Tag Archives: Edward the Confessor

Kingship: Malcolm (& Ed)

King Edward

We never actually meet Edward the Confessor but he is the person to whom Malcolm turns for help after his father is murdered. Despite the fact that Malcolm falls under suspicion after he flees the scene of the crime, Edward obviously dismisses these rumours as lies by accepting Malcolm into the English court, offering him a safe haven while he regroups and figures out a way to win back his rightful place on the Scottish throne. Edward is said to have healing powers – he is associated with “heaven” and “grace” and all things “saintly“. It’s clear that he represents absolute good and through his association with Edward, Malcolm also comes to be associated with the forces of good. Meanwhile Macbeth through his crimes, his association with the witches and his reign of tyranny (more of this later) increasingly comes to be associated with absolute evil (only his soliloquies and private conversations with his wife reveal to us that he is not in fact completely evil…).

Malcolm

Malcolm doesn’t actually become King until the final scene of the play but he has a very clear sense of the role a King must play – in fact it is he who lists “the king-becoming graces, / As justice, verity, temperance, stableness, / Bounty, perseverance, mercy, lowliness, / Devotion, patience, courage, fortitude“. Two scenes in particular help us to get to know him better. The first is when Macduff arrives in England to convince Malcolm to march on Scotland. Malcolm is suspicious of his motives and asks Macduff why he has left his wife and children unprotected and why Macbeth hasn’t harmed Macduff in any way?

Perhaps Macbeth is manipulating Macduff in some way –  Malcolm is realistic enough to recognise that when a King gives an order his subjects must obey even if they disagree with their orders (“A good and virtuous nature may recoil in an imperial charge“).

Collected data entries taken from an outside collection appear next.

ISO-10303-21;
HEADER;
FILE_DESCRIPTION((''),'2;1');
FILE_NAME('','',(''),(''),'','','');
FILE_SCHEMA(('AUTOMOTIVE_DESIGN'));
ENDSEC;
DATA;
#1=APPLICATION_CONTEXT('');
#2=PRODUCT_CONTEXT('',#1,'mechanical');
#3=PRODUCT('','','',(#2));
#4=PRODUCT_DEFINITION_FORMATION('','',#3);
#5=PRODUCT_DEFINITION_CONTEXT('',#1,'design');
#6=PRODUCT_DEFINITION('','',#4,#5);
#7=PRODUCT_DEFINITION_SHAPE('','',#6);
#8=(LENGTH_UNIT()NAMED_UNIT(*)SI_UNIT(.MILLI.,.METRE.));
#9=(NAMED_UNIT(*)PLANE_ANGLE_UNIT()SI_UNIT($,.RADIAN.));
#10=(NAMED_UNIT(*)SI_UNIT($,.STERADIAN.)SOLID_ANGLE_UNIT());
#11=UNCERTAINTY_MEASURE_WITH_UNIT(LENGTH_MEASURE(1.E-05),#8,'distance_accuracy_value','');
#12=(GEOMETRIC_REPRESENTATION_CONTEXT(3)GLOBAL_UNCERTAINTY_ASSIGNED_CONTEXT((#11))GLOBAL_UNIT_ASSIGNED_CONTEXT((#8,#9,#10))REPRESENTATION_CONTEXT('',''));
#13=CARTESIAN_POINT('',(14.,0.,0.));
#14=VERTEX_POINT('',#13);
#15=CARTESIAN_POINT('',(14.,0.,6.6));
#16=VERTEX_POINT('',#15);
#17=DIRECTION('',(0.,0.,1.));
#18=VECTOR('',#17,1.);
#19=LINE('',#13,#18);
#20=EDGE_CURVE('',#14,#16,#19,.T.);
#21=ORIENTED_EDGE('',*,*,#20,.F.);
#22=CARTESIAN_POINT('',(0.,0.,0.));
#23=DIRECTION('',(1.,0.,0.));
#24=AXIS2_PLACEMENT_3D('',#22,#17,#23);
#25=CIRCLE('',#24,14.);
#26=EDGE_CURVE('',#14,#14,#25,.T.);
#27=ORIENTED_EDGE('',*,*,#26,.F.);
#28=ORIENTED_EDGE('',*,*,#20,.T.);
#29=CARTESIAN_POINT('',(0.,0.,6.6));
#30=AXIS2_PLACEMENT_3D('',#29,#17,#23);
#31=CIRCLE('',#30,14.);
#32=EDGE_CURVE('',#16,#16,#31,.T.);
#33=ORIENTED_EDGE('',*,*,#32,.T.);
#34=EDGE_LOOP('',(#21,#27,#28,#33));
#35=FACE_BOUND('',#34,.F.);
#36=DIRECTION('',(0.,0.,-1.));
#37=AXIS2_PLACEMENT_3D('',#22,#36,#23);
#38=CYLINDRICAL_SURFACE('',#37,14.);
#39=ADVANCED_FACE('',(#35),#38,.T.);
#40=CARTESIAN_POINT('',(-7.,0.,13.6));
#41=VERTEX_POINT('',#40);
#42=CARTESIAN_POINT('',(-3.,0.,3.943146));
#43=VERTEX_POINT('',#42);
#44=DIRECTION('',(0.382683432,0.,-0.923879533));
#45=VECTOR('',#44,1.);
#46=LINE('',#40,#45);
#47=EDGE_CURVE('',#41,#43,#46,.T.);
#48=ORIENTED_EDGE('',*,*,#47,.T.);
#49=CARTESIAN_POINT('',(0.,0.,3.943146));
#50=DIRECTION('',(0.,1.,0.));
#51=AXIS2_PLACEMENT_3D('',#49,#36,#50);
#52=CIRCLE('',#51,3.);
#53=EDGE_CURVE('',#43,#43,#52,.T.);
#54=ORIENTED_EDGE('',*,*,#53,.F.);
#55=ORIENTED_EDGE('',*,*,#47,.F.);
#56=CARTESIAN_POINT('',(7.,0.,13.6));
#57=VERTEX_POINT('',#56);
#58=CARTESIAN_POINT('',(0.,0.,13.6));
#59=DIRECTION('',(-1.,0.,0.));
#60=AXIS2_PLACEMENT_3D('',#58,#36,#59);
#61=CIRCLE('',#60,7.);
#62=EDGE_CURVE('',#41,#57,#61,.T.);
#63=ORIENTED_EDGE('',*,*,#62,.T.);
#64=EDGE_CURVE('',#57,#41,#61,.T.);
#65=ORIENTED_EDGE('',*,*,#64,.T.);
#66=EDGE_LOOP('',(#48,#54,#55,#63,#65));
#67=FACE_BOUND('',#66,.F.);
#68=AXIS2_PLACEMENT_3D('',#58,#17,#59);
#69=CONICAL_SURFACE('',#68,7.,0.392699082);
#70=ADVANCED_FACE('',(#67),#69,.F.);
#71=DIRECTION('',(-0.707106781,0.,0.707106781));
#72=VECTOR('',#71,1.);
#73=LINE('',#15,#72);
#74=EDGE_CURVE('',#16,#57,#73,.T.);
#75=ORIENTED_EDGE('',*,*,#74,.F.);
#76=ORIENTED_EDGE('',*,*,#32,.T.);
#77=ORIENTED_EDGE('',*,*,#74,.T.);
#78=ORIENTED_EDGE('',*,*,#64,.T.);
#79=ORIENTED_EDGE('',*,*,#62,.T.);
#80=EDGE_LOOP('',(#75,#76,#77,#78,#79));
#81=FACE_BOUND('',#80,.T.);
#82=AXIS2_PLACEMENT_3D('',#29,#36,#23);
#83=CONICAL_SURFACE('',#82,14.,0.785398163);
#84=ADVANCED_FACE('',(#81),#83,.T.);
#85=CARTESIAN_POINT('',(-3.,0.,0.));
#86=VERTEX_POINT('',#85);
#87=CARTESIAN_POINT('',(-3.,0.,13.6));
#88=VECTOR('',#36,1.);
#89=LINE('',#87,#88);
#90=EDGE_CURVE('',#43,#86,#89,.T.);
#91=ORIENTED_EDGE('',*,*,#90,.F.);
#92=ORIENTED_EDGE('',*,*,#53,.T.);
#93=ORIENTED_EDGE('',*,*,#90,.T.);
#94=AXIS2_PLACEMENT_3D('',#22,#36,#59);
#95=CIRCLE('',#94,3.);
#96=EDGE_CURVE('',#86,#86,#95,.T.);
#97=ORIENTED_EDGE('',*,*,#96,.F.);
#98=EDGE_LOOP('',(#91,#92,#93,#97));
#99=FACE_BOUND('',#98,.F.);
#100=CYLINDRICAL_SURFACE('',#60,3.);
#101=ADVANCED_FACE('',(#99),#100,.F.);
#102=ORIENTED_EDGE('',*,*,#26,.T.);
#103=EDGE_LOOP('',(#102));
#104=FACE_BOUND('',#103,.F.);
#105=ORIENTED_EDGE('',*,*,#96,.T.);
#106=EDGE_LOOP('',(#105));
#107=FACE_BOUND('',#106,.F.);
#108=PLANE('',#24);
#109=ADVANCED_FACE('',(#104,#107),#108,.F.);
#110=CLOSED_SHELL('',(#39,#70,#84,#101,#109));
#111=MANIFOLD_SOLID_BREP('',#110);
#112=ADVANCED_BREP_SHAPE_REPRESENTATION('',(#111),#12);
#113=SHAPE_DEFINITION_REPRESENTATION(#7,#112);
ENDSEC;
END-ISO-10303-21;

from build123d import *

# Parameters (mm, degrees)
F0_R           = 14
F1_DEPTH       = 14.6
F3_SIZE        = 8
F4_D           = 6
F4_START       = 1
F4_CSINK_D     = 14
F4_CSINK_ANGLE = 45


with BuildPart() as f1:
    # F0 (on Top) → F1 (new body)
    with BuildSketch(Plane.XY):
        Circle(F0_R)
    extrude(amount=F1_DEPTH)

    # F3
    f3_edges = [f1.edges().sort_by_distance(p)[0] for p in [
        (-14, 0, 14.6),
    ]]
    chamfer(f3_edges, length=F3_SIZE)

    # F4 (through all)
    # its depths count from where the whole tool has entered the part; down to there all is cleared
    with Locations(Plane.XY.offset(14.6).offset(-F4_START)):
        with Locations((0, 0)):
            CounterSinkHole(F4_D / 2, F4_CSINK_D / 2, counter_sink_angle=F4_CSINK_ANGLE)


solid = f1.part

Malcolm could be described as paranoid here but his reluctance to trust others is hardly surprising given the circumstances (he’s afraid he’s being lured back home under false pretences so that Macbeth can murder him) so he puts Macduff to the test, claiming that he possesses all manner of vices which would make him an even worse King than Macbeth. Once it is clear that Macduff’s loyalties lie with his beloved Scotland, Malcolm reveals the truth and together they promise to restore Scotland to her former glory. We feel reassured that Malcolm is an intelligent man with a clear sense of the virtues a Kind should possess and of the responsibilites that Kingship brings. His primary concern is to restore Scotland to her former glory. He knows that “our country sinks beneath the yoke. It weeps, it bleeds and each new day a gash is added to her wounds” but he feels confident that divine justice will play its part in their inevitable victory: “the powers above put on their instruments” “the night is long that never finds the day”.

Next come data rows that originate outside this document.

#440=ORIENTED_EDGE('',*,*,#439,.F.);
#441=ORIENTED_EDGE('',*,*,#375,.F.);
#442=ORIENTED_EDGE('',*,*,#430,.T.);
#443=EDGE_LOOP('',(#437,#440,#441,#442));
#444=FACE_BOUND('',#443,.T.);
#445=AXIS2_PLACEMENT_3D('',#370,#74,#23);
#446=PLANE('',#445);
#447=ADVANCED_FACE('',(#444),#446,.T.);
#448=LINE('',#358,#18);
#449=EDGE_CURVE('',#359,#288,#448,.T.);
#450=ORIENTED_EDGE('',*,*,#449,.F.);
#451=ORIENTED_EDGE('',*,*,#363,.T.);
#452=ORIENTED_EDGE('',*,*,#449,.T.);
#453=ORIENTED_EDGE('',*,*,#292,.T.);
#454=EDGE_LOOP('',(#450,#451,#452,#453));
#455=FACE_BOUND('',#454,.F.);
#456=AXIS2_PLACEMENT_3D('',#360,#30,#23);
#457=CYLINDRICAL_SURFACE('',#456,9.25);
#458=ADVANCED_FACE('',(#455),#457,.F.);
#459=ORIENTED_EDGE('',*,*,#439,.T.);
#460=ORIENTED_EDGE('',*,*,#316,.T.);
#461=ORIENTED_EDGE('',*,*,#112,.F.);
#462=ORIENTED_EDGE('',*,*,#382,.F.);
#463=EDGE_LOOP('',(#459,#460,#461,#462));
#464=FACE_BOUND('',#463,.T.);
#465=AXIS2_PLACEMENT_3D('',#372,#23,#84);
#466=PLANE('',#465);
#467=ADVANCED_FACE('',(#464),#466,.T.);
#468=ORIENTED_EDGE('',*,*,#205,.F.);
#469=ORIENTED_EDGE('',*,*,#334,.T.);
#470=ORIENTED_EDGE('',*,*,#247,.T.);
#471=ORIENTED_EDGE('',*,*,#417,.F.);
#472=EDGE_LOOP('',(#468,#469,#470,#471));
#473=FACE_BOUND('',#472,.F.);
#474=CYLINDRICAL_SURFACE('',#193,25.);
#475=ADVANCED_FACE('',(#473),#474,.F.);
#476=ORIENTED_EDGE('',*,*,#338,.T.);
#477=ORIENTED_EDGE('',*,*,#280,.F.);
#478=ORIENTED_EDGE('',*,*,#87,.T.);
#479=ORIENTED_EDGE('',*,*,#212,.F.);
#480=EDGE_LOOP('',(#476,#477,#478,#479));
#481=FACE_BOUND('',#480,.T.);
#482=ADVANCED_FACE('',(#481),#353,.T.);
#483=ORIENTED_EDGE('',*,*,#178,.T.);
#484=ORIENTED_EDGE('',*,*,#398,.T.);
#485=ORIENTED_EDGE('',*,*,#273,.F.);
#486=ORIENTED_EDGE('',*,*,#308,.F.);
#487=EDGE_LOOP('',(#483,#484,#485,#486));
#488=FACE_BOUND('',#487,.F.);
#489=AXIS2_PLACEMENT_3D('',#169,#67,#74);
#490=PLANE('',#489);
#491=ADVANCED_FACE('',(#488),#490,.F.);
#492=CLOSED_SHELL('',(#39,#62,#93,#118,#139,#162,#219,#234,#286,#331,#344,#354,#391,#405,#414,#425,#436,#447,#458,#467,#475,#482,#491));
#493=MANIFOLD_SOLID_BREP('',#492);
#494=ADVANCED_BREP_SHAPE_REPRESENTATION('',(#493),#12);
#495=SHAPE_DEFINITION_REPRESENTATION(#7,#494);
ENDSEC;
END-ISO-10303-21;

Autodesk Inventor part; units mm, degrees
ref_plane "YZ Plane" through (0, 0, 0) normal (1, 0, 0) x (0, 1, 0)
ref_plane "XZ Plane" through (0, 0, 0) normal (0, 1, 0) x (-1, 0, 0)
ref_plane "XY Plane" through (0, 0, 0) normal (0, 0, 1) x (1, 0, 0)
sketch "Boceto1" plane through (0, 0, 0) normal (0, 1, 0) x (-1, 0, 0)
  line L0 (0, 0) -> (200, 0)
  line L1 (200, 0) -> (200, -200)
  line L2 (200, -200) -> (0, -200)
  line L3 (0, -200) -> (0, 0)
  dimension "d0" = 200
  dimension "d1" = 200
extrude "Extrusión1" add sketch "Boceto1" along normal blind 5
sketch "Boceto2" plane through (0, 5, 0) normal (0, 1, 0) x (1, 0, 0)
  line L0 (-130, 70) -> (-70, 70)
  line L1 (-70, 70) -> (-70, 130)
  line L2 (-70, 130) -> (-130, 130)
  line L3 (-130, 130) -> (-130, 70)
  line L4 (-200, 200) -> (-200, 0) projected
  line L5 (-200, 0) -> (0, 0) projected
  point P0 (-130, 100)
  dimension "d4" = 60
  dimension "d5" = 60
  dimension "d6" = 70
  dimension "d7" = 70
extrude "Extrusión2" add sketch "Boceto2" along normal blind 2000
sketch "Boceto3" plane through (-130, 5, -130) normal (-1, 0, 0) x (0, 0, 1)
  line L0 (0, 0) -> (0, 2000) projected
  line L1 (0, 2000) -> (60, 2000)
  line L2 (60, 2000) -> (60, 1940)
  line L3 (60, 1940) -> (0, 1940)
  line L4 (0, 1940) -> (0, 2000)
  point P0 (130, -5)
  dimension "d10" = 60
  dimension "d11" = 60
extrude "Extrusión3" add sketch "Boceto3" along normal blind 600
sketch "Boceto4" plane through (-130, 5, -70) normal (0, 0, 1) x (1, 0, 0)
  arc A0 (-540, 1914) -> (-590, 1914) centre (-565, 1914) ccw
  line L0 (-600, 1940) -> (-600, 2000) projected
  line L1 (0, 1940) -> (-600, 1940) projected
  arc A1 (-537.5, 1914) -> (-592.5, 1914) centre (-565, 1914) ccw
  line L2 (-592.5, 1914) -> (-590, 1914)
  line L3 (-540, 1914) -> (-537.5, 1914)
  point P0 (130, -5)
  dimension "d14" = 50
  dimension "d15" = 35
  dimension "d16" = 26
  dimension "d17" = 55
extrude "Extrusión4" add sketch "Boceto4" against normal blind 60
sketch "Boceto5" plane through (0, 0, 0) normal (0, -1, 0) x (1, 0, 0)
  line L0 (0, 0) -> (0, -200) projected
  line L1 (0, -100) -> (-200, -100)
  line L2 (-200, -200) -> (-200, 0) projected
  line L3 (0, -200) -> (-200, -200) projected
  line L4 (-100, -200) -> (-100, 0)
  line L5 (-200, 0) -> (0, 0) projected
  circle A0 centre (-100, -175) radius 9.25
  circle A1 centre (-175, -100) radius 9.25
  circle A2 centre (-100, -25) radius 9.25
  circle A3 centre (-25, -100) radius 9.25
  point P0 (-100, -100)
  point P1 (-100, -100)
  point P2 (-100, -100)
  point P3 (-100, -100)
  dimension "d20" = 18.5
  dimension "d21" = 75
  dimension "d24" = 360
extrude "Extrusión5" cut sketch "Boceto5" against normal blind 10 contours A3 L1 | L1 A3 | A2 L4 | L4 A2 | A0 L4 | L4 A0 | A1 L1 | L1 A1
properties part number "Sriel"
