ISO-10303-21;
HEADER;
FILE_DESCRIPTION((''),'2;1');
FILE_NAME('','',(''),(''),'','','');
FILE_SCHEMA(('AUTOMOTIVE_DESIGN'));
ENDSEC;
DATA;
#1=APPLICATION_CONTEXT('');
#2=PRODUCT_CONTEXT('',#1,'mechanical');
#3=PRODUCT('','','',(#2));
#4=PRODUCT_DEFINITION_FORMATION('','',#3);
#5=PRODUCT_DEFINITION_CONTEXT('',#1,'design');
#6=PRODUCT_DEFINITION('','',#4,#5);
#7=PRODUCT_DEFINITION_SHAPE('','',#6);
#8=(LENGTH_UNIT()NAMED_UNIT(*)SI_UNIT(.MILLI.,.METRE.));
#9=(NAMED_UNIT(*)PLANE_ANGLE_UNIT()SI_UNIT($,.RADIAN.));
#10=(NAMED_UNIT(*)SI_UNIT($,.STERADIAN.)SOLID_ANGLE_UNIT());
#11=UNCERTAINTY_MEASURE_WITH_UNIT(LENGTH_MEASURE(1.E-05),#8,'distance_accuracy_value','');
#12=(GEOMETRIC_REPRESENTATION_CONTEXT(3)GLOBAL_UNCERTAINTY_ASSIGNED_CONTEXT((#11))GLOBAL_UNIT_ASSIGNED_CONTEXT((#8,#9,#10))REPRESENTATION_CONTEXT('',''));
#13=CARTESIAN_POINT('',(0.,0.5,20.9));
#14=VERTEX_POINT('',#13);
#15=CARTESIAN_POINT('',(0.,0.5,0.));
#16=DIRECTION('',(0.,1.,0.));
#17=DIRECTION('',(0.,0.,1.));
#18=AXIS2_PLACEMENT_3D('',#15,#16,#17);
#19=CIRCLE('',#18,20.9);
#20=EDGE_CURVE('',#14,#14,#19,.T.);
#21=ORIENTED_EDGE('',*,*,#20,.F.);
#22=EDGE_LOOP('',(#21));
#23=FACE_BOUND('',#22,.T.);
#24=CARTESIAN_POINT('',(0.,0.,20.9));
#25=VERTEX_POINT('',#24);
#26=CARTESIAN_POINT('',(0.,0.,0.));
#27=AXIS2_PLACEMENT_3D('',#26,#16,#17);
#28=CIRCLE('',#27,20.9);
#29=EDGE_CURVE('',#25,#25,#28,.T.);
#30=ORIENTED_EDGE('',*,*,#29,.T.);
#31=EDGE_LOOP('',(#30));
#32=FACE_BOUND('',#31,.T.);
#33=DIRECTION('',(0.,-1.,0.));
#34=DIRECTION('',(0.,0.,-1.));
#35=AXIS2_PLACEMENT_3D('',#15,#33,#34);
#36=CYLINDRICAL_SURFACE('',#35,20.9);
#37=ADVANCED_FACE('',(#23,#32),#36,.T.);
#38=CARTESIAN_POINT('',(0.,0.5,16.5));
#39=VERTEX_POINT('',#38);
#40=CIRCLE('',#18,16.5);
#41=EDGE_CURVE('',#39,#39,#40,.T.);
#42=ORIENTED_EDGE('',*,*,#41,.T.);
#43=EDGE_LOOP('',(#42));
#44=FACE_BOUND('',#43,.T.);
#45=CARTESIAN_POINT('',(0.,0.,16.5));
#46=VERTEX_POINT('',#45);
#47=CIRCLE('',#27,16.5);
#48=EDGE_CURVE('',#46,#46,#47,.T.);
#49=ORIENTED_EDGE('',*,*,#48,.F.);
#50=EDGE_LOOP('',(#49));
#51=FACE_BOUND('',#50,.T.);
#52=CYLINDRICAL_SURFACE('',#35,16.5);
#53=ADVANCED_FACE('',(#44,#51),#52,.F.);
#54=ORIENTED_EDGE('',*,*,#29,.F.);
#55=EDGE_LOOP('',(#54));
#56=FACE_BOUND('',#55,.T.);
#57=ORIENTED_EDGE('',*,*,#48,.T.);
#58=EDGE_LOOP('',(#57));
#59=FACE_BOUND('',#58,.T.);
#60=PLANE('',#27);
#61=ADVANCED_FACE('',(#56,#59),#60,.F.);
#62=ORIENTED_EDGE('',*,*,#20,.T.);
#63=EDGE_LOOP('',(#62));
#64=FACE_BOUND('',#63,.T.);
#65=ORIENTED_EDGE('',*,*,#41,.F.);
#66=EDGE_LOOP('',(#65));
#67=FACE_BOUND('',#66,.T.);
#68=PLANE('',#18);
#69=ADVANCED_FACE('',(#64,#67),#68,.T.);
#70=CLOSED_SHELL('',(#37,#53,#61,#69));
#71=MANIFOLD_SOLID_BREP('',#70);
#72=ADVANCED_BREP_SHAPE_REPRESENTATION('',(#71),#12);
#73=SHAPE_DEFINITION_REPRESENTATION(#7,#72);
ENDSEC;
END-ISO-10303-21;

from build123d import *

# Parameters (mm, degrees)
SKETCH1_R           = 20.9
SKETCH1_R_2         = 16.5
BOSS_EXTRUDE1_DEPTH = 0.5


with BuildPart() as part:
    # Sketch1 → Boss-Extrude1 (new body)
    with BuildSketch(Plane(origin=(0, 0, 0), x_dir=(1, 0, 0), z_dir=(0, 1, 0))):
        with Locations(Location((0, 0, 0), (0, 0, 270))):
            Circle(SKETCH1_R)
        with Locations(Location((0, 0, 0), (0, 0, 270))):
            Circle(SKETCH1_R_2, mode=Mode.SUBTRACT)
    extrude(amount=BOSS_EXTRUDE1_DEPTH)


solid = part.part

The only criticism I’d make of him is his response to bad news. Back at the beginning of the play when Macduff reveals “Your royal father’s murdered” Malcolm responds “O! By whom“. Not exactly the response you expect from a man who’s just been told that his father is dead! His lack of emotion makes him seem rather heartless and his immediate switch to tactical considerations (“to show an unfelt sorrow is an office that the false man doth easy. I’ll to England“) makes him seem capable of an almost inhuman calm.  Macduff actually seems more upset at Duncan’s death (“O horror, horror, horror! Tongue nor heart cannot conceive nor name thee“) than his own sons do.

Later when it is revealed that Macduff’s wife and children have been brutally murdered he again appears rather cold and callous: he tells Macduff to “dispute it like a man“, not giving him even a moment to process the enormity of his loss but instead urging him to “let grief convert to anger; blunt not the heart, enrage it”.

The second scene where we really see what Malcolm is made of is when he is finally crowned King. Here he finally seems genuinely concerned about those soldiers who have not yet returned from the battle and when Old Siward receives news of his son’s death, Malcolm finally reveals a more compassionate side stating “he’s worth more sorrow and that I’ll spend for him“. Unlike his father he rewards all of those who fought for him equally, with the new title of earls and immediately makes plans to welcome home those who fled Macbeth’s tyranny, including his brother Donalbain. He is decisive and businesslike, proclaiming that “by the grace of God” he will attend to everything else that needs to be done and invites then all to his coronation. It’s only to be expected that he describes Macbeth and Lady Macbeth in such derogatory terms (as a “dead butcher” and “fiend-like queen“). We are left feeling that he will be a capable, wise and fair King but noetheless the essential blandness of his goodness makes him rather boring by comparison to the complex usurper whose head will now decorate the battlements as a warning to those who would challenge the rightful King.